___ Data shown ___

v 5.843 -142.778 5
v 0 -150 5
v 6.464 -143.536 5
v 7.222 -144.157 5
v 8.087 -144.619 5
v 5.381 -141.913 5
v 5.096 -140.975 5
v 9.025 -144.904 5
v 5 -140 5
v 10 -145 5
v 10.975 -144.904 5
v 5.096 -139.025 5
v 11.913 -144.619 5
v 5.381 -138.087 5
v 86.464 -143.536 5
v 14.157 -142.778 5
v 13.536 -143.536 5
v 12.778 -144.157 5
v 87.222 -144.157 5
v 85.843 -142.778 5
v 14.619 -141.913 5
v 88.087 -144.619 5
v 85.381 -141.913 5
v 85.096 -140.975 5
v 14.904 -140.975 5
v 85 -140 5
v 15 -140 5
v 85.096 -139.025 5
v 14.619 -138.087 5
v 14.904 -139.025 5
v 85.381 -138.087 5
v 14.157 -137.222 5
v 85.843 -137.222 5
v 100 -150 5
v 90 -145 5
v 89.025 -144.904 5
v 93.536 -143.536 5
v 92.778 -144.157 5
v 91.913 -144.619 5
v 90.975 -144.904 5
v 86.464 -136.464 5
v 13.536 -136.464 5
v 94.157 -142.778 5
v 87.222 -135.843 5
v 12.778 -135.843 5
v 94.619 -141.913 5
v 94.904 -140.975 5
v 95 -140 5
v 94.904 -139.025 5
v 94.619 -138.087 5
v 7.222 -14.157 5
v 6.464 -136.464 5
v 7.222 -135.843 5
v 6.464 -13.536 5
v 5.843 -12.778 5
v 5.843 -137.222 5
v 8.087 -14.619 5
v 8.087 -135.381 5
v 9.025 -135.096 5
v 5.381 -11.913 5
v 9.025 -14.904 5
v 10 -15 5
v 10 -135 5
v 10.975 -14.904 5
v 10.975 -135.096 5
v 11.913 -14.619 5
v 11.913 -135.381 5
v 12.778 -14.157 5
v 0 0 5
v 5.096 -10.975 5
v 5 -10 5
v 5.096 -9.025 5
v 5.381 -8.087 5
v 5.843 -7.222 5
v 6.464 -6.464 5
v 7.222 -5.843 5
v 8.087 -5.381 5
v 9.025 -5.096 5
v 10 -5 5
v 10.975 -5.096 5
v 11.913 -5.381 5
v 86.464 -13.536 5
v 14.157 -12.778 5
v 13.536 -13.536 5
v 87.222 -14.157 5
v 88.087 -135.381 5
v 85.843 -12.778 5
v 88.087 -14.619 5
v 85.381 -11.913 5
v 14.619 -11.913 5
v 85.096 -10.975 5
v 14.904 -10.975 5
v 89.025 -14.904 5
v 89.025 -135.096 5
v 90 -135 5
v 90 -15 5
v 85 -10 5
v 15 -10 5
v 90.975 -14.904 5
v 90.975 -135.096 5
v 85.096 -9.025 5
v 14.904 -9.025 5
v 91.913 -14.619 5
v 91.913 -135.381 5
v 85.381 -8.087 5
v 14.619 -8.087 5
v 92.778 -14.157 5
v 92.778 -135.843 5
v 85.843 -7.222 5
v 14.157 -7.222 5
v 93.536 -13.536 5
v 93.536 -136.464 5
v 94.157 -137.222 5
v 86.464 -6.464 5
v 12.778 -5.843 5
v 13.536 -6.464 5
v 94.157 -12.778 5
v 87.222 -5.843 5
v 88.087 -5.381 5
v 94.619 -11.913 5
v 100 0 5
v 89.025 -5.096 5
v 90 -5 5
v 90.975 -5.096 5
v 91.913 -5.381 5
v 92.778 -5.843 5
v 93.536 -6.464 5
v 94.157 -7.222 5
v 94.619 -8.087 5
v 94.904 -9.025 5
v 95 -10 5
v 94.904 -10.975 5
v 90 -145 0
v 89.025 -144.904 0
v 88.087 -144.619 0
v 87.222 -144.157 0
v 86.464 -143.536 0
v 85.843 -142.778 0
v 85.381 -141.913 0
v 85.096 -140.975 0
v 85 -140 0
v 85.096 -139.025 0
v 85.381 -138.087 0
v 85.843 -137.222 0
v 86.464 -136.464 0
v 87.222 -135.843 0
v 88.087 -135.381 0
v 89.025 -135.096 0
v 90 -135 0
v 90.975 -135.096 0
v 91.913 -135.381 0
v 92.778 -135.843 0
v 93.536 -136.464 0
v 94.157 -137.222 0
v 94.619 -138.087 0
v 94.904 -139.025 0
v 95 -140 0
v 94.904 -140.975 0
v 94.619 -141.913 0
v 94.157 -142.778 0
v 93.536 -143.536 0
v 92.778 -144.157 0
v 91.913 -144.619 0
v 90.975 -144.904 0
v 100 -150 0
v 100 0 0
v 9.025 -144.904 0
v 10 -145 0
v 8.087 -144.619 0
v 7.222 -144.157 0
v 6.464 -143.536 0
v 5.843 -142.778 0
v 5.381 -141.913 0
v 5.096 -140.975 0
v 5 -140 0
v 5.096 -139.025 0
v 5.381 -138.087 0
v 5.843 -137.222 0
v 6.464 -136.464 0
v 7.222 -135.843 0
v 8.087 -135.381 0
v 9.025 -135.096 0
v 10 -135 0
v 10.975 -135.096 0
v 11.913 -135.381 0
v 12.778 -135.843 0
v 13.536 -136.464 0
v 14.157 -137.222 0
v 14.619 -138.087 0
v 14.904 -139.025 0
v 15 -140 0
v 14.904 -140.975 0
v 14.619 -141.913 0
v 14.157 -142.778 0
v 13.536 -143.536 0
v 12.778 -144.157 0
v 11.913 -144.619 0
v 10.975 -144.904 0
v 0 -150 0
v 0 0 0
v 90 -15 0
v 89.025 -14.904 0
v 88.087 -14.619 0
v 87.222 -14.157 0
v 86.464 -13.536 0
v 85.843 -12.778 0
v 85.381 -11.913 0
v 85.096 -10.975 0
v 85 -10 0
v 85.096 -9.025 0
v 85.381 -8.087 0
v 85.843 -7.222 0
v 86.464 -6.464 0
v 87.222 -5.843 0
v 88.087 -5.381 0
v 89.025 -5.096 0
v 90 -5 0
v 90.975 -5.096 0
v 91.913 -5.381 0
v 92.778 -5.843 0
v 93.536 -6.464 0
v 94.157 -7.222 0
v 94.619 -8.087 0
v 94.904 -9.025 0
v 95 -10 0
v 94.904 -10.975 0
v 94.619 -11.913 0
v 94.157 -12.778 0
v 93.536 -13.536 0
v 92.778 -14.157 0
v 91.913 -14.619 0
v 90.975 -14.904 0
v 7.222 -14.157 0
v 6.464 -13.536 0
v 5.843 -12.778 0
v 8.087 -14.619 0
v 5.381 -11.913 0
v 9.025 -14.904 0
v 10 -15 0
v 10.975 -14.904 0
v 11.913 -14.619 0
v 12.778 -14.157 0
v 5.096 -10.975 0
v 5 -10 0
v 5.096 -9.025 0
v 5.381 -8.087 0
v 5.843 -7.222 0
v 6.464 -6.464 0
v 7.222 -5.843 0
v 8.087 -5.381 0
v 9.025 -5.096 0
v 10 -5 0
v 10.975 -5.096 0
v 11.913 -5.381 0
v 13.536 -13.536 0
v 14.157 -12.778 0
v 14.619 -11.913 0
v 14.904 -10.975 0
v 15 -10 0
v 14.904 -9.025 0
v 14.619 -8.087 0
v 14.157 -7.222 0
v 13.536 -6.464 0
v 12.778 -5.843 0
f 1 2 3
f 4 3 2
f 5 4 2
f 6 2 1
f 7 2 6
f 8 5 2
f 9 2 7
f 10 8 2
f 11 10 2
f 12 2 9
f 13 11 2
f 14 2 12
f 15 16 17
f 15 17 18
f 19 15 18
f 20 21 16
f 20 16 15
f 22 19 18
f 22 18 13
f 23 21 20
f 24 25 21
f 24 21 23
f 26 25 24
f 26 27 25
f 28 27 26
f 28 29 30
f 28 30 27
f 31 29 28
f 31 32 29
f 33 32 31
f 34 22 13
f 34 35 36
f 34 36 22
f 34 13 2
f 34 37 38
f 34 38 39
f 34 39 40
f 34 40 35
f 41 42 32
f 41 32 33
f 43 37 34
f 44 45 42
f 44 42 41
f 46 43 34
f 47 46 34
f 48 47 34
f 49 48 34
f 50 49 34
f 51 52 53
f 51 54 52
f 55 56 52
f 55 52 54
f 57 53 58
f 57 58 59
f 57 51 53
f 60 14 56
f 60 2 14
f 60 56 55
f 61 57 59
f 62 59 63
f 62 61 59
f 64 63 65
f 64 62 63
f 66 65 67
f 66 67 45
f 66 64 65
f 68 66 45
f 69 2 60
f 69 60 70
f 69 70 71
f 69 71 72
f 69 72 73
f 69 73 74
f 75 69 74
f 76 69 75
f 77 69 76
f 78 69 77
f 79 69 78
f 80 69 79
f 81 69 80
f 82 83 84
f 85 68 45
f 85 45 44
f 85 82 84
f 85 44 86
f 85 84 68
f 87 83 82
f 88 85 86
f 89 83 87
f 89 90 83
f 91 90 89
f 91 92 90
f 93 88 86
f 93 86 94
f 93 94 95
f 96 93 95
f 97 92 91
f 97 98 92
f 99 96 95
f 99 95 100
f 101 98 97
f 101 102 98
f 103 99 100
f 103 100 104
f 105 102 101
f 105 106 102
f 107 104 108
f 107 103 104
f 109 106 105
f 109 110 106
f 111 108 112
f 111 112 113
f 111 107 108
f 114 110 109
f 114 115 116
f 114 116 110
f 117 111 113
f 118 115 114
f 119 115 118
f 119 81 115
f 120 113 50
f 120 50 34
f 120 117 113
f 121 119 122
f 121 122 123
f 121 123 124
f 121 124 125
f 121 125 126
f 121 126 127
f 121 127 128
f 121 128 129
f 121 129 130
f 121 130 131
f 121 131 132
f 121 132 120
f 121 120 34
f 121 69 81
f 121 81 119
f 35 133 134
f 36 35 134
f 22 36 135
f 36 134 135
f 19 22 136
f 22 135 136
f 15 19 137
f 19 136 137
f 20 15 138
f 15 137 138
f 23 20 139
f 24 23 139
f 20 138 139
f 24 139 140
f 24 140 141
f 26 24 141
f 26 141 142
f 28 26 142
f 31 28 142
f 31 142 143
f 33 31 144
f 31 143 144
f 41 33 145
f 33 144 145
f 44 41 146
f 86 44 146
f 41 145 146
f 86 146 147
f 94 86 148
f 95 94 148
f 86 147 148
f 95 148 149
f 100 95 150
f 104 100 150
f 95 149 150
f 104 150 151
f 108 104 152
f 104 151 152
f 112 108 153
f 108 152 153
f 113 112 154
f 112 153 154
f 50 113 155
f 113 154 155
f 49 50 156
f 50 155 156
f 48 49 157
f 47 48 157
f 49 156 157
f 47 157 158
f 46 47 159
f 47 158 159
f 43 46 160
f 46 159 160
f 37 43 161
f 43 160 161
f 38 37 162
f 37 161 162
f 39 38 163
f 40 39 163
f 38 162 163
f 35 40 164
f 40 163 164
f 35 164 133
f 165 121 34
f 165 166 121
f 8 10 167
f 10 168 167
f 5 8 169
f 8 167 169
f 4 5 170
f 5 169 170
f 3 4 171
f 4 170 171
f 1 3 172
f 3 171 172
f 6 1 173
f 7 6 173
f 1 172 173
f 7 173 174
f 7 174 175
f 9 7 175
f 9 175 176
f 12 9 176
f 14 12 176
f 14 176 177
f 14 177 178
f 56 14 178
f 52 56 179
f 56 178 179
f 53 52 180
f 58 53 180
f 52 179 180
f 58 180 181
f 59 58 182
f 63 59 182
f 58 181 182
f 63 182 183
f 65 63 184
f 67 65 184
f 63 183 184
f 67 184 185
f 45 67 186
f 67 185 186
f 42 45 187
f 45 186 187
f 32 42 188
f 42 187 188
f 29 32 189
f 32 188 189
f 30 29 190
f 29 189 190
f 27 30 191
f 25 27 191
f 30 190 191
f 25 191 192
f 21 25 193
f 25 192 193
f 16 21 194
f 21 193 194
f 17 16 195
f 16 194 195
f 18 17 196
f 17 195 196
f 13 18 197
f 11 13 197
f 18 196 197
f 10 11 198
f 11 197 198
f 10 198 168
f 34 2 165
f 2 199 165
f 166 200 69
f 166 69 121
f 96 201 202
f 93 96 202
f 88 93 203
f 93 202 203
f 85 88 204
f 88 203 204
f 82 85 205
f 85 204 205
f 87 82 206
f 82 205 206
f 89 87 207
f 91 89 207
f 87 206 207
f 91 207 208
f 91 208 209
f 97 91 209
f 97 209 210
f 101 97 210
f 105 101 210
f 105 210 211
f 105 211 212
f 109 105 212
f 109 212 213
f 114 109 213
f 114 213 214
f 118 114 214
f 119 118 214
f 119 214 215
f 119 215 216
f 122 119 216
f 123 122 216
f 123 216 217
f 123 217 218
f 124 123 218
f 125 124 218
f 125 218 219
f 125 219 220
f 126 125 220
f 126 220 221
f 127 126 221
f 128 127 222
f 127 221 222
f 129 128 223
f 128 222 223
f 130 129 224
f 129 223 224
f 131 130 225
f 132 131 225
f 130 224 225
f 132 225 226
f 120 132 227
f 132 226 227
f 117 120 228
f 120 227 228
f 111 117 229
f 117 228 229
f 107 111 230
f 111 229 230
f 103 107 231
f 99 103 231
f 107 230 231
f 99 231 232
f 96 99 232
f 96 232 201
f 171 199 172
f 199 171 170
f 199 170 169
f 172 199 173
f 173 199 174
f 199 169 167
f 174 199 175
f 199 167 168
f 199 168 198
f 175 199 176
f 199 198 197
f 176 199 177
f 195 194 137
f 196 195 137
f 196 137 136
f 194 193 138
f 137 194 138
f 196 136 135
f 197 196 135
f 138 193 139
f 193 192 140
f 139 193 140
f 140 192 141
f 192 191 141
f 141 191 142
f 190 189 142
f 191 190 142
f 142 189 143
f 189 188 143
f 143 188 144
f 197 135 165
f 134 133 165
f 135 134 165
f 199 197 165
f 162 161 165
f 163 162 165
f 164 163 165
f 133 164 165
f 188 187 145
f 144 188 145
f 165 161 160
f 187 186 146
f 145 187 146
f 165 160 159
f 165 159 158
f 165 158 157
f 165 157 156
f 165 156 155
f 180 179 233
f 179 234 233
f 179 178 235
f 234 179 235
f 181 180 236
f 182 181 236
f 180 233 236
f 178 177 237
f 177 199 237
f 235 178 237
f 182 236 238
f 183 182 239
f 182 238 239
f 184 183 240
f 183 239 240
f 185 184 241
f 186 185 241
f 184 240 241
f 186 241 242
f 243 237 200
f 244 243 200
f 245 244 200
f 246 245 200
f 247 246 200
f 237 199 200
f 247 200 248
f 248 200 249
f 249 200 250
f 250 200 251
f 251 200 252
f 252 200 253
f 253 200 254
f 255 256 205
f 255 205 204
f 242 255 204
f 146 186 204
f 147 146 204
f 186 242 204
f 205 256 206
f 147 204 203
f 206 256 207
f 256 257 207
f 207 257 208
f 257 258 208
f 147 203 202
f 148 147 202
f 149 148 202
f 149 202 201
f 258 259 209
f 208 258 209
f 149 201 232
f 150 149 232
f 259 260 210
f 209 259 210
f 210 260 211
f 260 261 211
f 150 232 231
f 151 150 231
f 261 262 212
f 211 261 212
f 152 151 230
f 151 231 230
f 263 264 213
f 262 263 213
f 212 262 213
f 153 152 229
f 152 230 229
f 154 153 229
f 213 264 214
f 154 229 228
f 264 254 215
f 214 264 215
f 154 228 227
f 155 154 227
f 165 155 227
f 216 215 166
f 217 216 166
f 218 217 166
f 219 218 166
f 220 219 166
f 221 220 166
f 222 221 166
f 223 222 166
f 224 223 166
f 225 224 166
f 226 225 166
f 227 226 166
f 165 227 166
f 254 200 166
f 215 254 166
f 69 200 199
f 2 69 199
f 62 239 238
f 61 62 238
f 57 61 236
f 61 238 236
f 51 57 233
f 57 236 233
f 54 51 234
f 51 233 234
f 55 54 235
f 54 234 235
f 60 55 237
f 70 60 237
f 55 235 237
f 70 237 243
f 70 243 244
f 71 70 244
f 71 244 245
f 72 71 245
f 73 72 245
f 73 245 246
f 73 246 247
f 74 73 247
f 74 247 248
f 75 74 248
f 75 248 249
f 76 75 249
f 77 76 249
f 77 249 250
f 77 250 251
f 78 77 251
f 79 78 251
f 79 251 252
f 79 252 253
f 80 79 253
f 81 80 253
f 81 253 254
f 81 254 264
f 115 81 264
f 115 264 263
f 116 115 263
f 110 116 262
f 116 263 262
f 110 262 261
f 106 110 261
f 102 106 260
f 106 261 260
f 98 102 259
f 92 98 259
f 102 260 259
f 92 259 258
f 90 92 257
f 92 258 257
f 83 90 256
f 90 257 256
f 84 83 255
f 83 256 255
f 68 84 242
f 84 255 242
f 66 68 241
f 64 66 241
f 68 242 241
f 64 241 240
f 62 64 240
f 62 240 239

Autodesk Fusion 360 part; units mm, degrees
sketch "Sketch1" plane through (0, 0, 0) normal (0, 0, 1) x (1, 0, 0)
  line L0 (0, 0) -> (100, 0)
  line L1 (100, 0) -> (100, -150)
  line L2 (0, 0) -> (0, -150)
  line L3 (0, -150) -> (100, -150)
  dimension "d1" = 100
  dimension "d2" = 150
extrude "Extrude1" add sketch "Sketch1" along normal blind 5
hole "Hole1" at (10, -10, 5) direction (0, 0, -1) diameter 10 depth 5 tip angle 180
hole "Hole2" at (90, -10, 5) direction (0, 0, -1) diameter 10 depth 5 tip angle 180
hole "Hole3" at (10, -140, 5) direction (0, 0, -1) diameter 10 depth 5 tip angle 180
hole "Hole4" at (90, -140, 5) direction (0, 0, -1) diameter 10 depth 5 tip angle 180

___

### Requirement
Using the records above, restate word for word the lines from the one with "f 249 200 250" through the one with "f 62 240 239", both included.

### Your response
f 249 200 250
f 250 200 251
f 251 200 252
f 252 200 253
f 253 200 254
f 255 256 205
f 255 205 204
f 242 255 204
f 146 186 204
f 147 146 204
f 186 242 204
f 205 256 206
f 147 204 203
f 206 256 207
f 256 257 207
f 207 257 208
f 257 258 208
f 147 203 202
f 148 147 202
f 149 148 202
f 149 202 201
f 258 259 209
f 208 258 209
f 149 201 232
f 150 149 232
f 259 260 210
f 209 259 210
f 210 260 211
f 260 261 211
f 150 232 231
f 151 150 231
f 261 262 212
f 211 261 212
f 152 151 230
f 151 231 230
f 263 264 213
f 262 263 213
f 212 262 213
f 153 152 229
f 152 230 229
f 154 153 229
f 213 264 214
f 154 229 228
f 264 254 215
f 214 264 215
f 154 228 227
f 155 154 227
f 165 155 227
f 216 215 166
f 217 216 166
f 218 217 166
f 219 218 166
f 220 219 166
f 221 220 166
f 222 221 166
f 223 222 166
f 224 223 166
f 225 224 166
f 226 225 166
f 227 226 166
f 165 227 166
f 254 200 166
f 215 254 166
f 69 200 199
f 2 69 199
f 62 239 238
f 61 62 238
f 57 61 236
f 61 238 236
f 51 57 233
f 57 236 233
f 54 51 234
f 51 233 234
f 55 54 235
f 54 234 235
f 60 55 237
f 70 60 237
f 55 235 237
f 70 237 243
f 70 243 244
f 71 70 244
f 71 244 245
f 72 71 245
f 73 72 245
f 73 245 246
f 73 246 247
f 74 73 247
f 74 247 248
f 75 74 248
f 75 248 249
f 76 75 249
f 77 76 249
f 77 249 250
f 77 250 251
f 78 77 251
f 79 78 251
f 79 251 252
f 79 252 253
f 80 79 253
f 81 80 253
f 81 253 254
f 81 254 264
f 115 81 264
f 115 264 263
f 116 115 263
f 110 116 262
f 116 263 262
f 110 262 261
f 106 110 261
f 102 106 260
f 106 261 260
f 98 102 259
f 92 98 259
f 102 260 259
f 92 259 258
f 90 92 257
f 92 258 257
f 83 90 256
f 90 257 256
f 84 83 255
f 83 256 255
f 68 84 242
f 84 255 242
f 66 68 241
f 64 66 241
f 68 242 241
f 64 241 240
f 62 64 240
f 62 240 239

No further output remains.